The Death of History
"Modern people don't need history. Even the black-swan events from 2019 to now are merely records. The events of the past seem to us no more real than Aurelianos and Arcadios. Ueno-gawa Rin will write her own chronicle of the nude artist."
People today differ profoundly in their cognition from ancestors over the past several thousand years. The information age and the torrents of data the internet brings have surely influenced not only popular culture and ideology but also the very structure of the human brain. The leap in living conditions over the last thirty years has raised the moral level of the new generation simultaneously above all previous centuries. The Zuo Commentary says: “Those who are intelligent, clear-sighted, upright, and direct become spirits.” By that standard, most people in this era can be called spirits.
To be sure, works like Linggao Qiming do not believe that modern people are cognitively superior to the ancients. We are merely dependent on industrialization. Yet industrial-society humans and agrarian-society humans are also completely different.
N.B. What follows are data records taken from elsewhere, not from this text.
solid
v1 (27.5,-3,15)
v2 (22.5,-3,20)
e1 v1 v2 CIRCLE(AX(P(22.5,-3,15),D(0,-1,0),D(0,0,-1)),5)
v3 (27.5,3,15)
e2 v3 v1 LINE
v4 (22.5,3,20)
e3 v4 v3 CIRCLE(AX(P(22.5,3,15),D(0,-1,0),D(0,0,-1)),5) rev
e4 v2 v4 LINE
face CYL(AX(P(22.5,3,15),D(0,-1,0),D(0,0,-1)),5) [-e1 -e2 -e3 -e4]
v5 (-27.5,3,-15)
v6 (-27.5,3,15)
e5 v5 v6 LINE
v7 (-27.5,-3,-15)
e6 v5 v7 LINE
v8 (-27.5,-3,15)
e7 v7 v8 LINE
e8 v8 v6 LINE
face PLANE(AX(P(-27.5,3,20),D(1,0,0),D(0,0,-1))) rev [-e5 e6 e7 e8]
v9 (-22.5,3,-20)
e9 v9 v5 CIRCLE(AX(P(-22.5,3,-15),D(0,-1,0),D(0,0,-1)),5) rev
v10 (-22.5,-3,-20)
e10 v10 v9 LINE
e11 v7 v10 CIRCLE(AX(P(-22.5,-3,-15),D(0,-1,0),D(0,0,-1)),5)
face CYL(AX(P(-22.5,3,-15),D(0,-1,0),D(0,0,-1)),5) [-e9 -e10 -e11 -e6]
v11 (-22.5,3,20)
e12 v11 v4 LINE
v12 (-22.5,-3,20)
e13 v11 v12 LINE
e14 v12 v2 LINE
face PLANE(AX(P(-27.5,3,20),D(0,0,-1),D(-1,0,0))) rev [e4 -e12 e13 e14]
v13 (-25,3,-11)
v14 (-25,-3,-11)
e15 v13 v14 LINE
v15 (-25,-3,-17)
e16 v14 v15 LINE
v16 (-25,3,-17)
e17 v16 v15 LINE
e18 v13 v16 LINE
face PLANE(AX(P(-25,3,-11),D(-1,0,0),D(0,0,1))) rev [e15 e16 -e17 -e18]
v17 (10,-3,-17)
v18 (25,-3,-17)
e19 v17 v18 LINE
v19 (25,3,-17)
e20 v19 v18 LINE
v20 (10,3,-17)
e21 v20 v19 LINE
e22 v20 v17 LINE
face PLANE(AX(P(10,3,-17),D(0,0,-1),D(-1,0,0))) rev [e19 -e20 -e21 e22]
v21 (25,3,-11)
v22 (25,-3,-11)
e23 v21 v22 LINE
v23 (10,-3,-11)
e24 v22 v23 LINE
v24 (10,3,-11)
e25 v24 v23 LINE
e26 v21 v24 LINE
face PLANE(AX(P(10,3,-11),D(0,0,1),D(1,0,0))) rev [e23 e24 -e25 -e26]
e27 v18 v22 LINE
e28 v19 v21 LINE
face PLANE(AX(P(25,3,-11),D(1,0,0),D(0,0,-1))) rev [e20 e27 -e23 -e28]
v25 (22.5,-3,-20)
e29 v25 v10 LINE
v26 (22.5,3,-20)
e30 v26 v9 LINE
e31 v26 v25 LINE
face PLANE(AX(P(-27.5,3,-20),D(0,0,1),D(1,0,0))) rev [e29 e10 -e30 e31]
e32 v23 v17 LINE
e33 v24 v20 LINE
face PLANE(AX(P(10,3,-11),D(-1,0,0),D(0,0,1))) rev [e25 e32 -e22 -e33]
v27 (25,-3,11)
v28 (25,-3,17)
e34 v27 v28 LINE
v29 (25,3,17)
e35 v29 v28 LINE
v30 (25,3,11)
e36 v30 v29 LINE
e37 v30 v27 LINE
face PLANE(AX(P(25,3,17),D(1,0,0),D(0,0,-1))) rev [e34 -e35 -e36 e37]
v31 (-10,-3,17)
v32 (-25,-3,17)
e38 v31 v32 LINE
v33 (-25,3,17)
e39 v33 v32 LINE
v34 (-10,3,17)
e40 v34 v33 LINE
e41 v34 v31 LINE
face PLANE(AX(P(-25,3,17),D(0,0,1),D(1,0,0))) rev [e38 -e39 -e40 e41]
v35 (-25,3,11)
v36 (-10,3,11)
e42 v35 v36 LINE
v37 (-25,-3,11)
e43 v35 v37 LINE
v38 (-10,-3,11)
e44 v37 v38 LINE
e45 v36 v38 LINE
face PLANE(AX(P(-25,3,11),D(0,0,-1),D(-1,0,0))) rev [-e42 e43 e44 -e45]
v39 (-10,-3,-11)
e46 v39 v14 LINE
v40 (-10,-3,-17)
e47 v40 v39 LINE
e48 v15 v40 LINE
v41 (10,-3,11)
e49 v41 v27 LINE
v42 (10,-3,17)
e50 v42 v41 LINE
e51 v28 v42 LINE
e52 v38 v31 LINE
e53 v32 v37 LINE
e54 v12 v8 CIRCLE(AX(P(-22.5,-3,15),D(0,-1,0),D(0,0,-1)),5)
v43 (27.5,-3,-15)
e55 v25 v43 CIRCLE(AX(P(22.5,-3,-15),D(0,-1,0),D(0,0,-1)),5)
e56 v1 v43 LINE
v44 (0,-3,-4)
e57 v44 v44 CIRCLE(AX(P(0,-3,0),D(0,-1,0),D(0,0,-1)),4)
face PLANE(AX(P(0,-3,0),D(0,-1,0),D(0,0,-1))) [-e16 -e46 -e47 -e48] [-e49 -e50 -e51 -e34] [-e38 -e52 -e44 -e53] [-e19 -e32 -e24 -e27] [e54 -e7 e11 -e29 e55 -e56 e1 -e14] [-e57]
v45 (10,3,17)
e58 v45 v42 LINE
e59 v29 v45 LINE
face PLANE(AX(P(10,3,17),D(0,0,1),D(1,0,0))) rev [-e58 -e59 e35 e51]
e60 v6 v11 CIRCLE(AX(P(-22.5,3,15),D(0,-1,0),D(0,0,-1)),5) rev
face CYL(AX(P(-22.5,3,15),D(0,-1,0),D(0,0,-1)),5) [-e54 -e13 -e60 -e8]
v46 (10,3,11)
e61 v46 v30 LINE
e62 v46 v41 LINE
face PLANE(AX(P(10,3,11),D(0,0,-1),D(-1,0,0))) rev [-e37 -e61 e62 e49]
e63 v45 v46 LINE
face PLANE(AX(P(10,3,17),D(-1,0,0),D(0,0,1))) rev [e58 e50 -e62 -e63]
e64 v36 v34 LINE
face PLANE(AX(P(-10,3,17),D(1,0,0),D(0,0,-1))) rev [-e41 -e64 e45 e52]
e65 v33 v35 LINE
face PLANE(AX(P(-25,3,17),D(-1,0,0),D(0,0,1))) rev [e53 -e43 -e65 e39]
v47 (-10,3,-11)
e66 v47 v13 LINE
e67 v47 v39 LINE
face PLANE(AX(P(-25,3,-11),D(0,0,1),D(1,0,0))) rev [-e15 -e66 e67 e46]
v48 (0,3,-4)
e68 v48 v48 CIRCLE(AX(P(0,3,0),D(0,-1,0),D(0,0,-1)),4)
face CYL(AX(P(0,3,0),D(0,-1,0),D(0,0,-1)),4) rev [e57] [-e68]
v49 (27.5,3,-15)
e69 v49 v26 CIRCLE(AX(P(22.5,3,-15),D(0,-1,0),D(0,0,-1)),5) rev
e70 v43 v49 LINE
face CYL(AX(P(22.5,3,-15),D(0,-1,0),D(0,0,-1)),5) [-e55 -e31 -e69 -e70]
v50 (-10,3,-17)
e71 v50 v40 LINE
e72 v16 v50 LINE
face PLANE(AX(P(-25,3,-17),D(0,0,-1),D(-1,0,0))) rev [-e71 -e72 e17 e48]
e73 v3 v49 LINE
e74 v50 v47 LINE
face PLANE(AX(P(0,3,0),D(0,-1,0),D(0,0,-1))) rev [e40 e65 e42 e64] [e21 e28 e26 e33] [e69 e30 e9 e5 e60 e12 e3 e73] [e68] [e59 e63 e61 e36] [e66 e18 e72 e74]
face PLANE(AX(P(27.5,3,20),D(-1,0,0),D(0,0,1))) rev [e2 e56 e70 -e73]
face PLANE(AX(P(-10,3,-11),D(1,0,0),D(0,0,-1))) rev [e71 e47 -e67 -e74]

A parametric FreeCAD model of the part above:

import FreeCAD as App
import Part
import Sketcher
Q = App.Units.Quantity


def edges_at(feature, points):
    """Names of the edges that pass closest to the given points."""
    edges = feature.Shape.Edges
    near = lambda p: min(range(len(edges)), key=lambda i: edges[i].distToShape(Part.Vertex(*p))[0])
    return sorted({f"Edge{near(p) + 1}" for p in points})

doc = App.newDocument("Part")
params = doc.addObject("Spreadsheet::Sheet", "Params")
for row, (alias, value) in enumerate([
    ("sketch1_width", "55 mm"),
    ("sketch1_height", "40 mm"),
    ("pad1_length", "6 mm"),
    ("sketch2_width", "15 mm"),
    ("sketch2_height", "6 mm"),
    ("sketch3_diameter", "8 mm"),
    ("fillet_radius", "5 mm"),
], start=1):
    params.set(f"A{row}", alias)
    params.set(f"B{row}", "=" + value)
    params.setAlias(f"B{row}", alias)

body = doc.addObject("PartDesign::Body", "Body")

# Sketch on XZ plane
sketch1 = body.newObject("Sketcher::SketchObject", "Sketch")
sketch1.AttachmentSupport = (doc.getObject("XZ_Plane"), [""])
sketch1.MapMode = "FlatFace"
sketch1.addGeometry(Part.LineSegment(App.Vector(-28, -20, 0), App.Vector(-28, 20, 0)), False)
sketch1.addGeometry(Part.LineSegment(App.Vector(-28, 20, 0), App.Vector(28, 20, 0)), False)
sketch1.addGeometry(Part.LineSegment(App.Vector(28, 20, 0), App.Vector(28, -20, 0)), False)
sketch1.addGeometry(Part.LineSegment(App.Vector(28, -20, 0), App.Vector(-28, -20, 0)), False)
sketch1.addConstraint(Sketcher.Constraint("Coincident", 0, 2, 1, 1))
sketch1.addConstraint(Sketcher.Constraint("Coincident", 1, 2, 2, 1))
sketch1.addConstraint(Sketcher.Constraint("Coincident", 2, 2, 3, 1))
sketch1.addConstraint(Sketcher.Constraint("Coincident", 3, 2, 0, 1))
sketch1.addConstraint(Sketcher.Constraint("Vertical", 0))
sketch1.addConstraint(Sketcher.Constraint("Horizontal", 1))
sketch1.addConstraint(Sketcher.Constraint("Vertical", 2))
sketch1.addConstraint(Sketcher.Constraint("Horizontal", 3))
sketch1.addConstraint(Sketcher.Constraint("Symmetric", 0, 2, 2, 2, -1, 1))
sketch1.addConstraint(Sketcher.Constraint("DistanceX", 1, 1, 1, 2, Q("55 mm")))
sketch1.addConstraint(Sketcher.Constraint("DistanceY", 0, 1, 0, 2, Q("40 mm")))
sketch1.setExpression("Constraints[9]", "Params.sketch1_width")
sketch1.setExpression("Constraints[10]", "Params.sketch1_height")
pad1 = body.newObject("PartDesign::Pad", "Pad")
pad1.Profile = sketch1
pad1.setExpression("Length", "Params.pad1_length")
pad1.Midplane = True

# Sketch on XZ plane
sketch2 = body.newObject("Sketcher::SketchObject", "Sketch001")
sketch2.AttachmentSupport = (doc.getObject("XZ_Plane"), [""])
sketch2.MapMode = "FlatFace"
sketch2.AttachmentOffset = App.Placement(App.Vector(0, 0, 3), App.Rotation())
sketch2.addGeometry(Part.LineSegment(App.Vector(-10, 11, 0), App.Vector(-10, 17, 0)), False)
sketch2.addGeometry(Part.LineSegment(App.Vector(-10, 17, 0), App.Vector(-25, 17, 0)), False)
sketch2.addGeometry(Part.LineSegment(App.Vector(-25, 17, 0), App.Vector(-25, 11, 0)), False)
sketch2.addGeometry(Part.LineSegment(App.Vector(-25, 11, 0), App.Vector(-10, 11, 0)), False)
sketch2.addGeometry(Part.LineSegment(App.Vector(25, 11, 0), App.Vector(25, 17, 0)), False)
sketch2.addGeometry(Part.LineSegment(App.Vector(25, 17, 0), App.Vector(10, 17, 0)), False)
sketch2.addGeometry(Part.LineSegment(App.Vector(10, 17, 0), App.Vector(10, 11, 0)), False)
sketch2.addGeometry(Part.LineSegment(App.Vector(10, 11, 0), App.Vector(25, 11, 0)), False)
The gap is so vast that one wonders: did the ancients truly exist?
Science reigns over the earth; everything has an answer; we don’t even question the reality of things. When we point casually at fossils in a museum, the most we doubt is a Fujimura Shin’ichi-type fraud, not whether the fossil itself can prove the truth of history. We don’t doubt for a moment that we are part of history, yet simultaneously we don’t doubt that history exists.
In the Liezi, Tang Wen, Tang asks Xia Ge: “Was there anything at the very beginning?” Xia Ge replies: “If there was nothing at the beginning, how is there something today?” But Tang and Xia Ge are themselves “nothing”—entirely fictional. This almost brings to mind super-metaphysics, Hume indexes, upper-level narrators. Yet when we read the Twenty-Four Histories, reading their detailed biographies; when we climb to old ruins and sigh “the generations of humanity have no end, yet the river-moon year after year looks the same”—don’t we sometimes feel a faint unreality—as though none of our past eras existed, and human history began in the year 2000? Even if we know this is an illusion, how do we verify it is an illusion?
This is of course because we are immersed in too much information, inhabiting different worlds simultaneously—from the tavern at the end of the universe to Genshin’s Realm of Humans, from the Wall in the North to Mordor. What’s more, we have learned about a nation of 9.6 million square kilometers, a planet 40,000 kilometers in circumference, while personally experiencing nothing more than the high sky and thick earth above and below. Spiritual experience and reality have split apart; modern people can live without living.
Modern people don’t need history. Even the black-swan events from 2019 to now are merely records. The events of the past seem to us no more real than Aurelianos and Arcadios. Ueno-gawa Rin will write her own chronicle of the nude artist.